# What is being asked
Please output the data below exactly as given, starting at its first line and stopping after the line that contains "Rebuilt in FreeCAD, every".

■ ■ ■

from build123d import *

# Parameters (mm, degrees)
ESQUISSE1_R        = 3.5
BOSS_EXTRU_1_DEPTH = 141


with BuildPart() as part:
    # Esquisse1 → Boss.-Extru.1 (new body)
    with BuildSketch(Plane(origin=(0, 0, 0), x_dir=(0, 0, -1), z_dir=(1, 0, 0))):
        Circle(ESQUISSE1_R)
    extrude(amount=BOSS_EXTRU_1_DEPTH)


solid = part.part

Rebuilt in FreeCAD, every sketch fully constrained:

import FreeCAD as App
import Part
import Sketcher
from FreeCAD import Vector

doc = App.newDocument("Part")
body = doc.addObject("PartDesign::Body", "Body")

# Sketch on YZ plane
sketch1 = body.newObject("Sketcher::SketchObject", "Sketch")
sketch1.AttachmentSupport = (doc.getObject("YZ_Plane"), [""])
sketch1.MapMode = "FlatFace"
sketch1.addGeometry(Part.Circle(Vector(0, 0, 0), Vector(0, 0, 1), 3.5), False)
sketch1.addConstraint([
    Sketcher.Constraint("Coincident", 0, 3, -1, 1),
    Sketcher.Constraint("Diameter", 0, 7.0),
])
pad1 = body.newObject("PartDesign::Pad", "Pad")
pad1.Profile = sketch1
pad1.Length = 141

doc.recompute()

■ ■ ■

# Answer section
from build123d import *

# Parameters (mm, degrees)
ESQUISSE1_R        = 3.5
BOSS_EXTRU_1_DEPTH = 141


with BuildPart() as part:
    # Esquisse1 → Boss.-Extru.1 (new body)
    with BuildSketch(Plane(origin=(0, 0, 0), x_dir=(0, 0, -1), z_dir=(1, 0, 0))):
        Circle(ESQUISSE1_R)
    extrude(amount=BOSS_EXTRU_1_DEPTH)


solid = part.part

Rebuilt in FreeCAD, every sketch fully constrained:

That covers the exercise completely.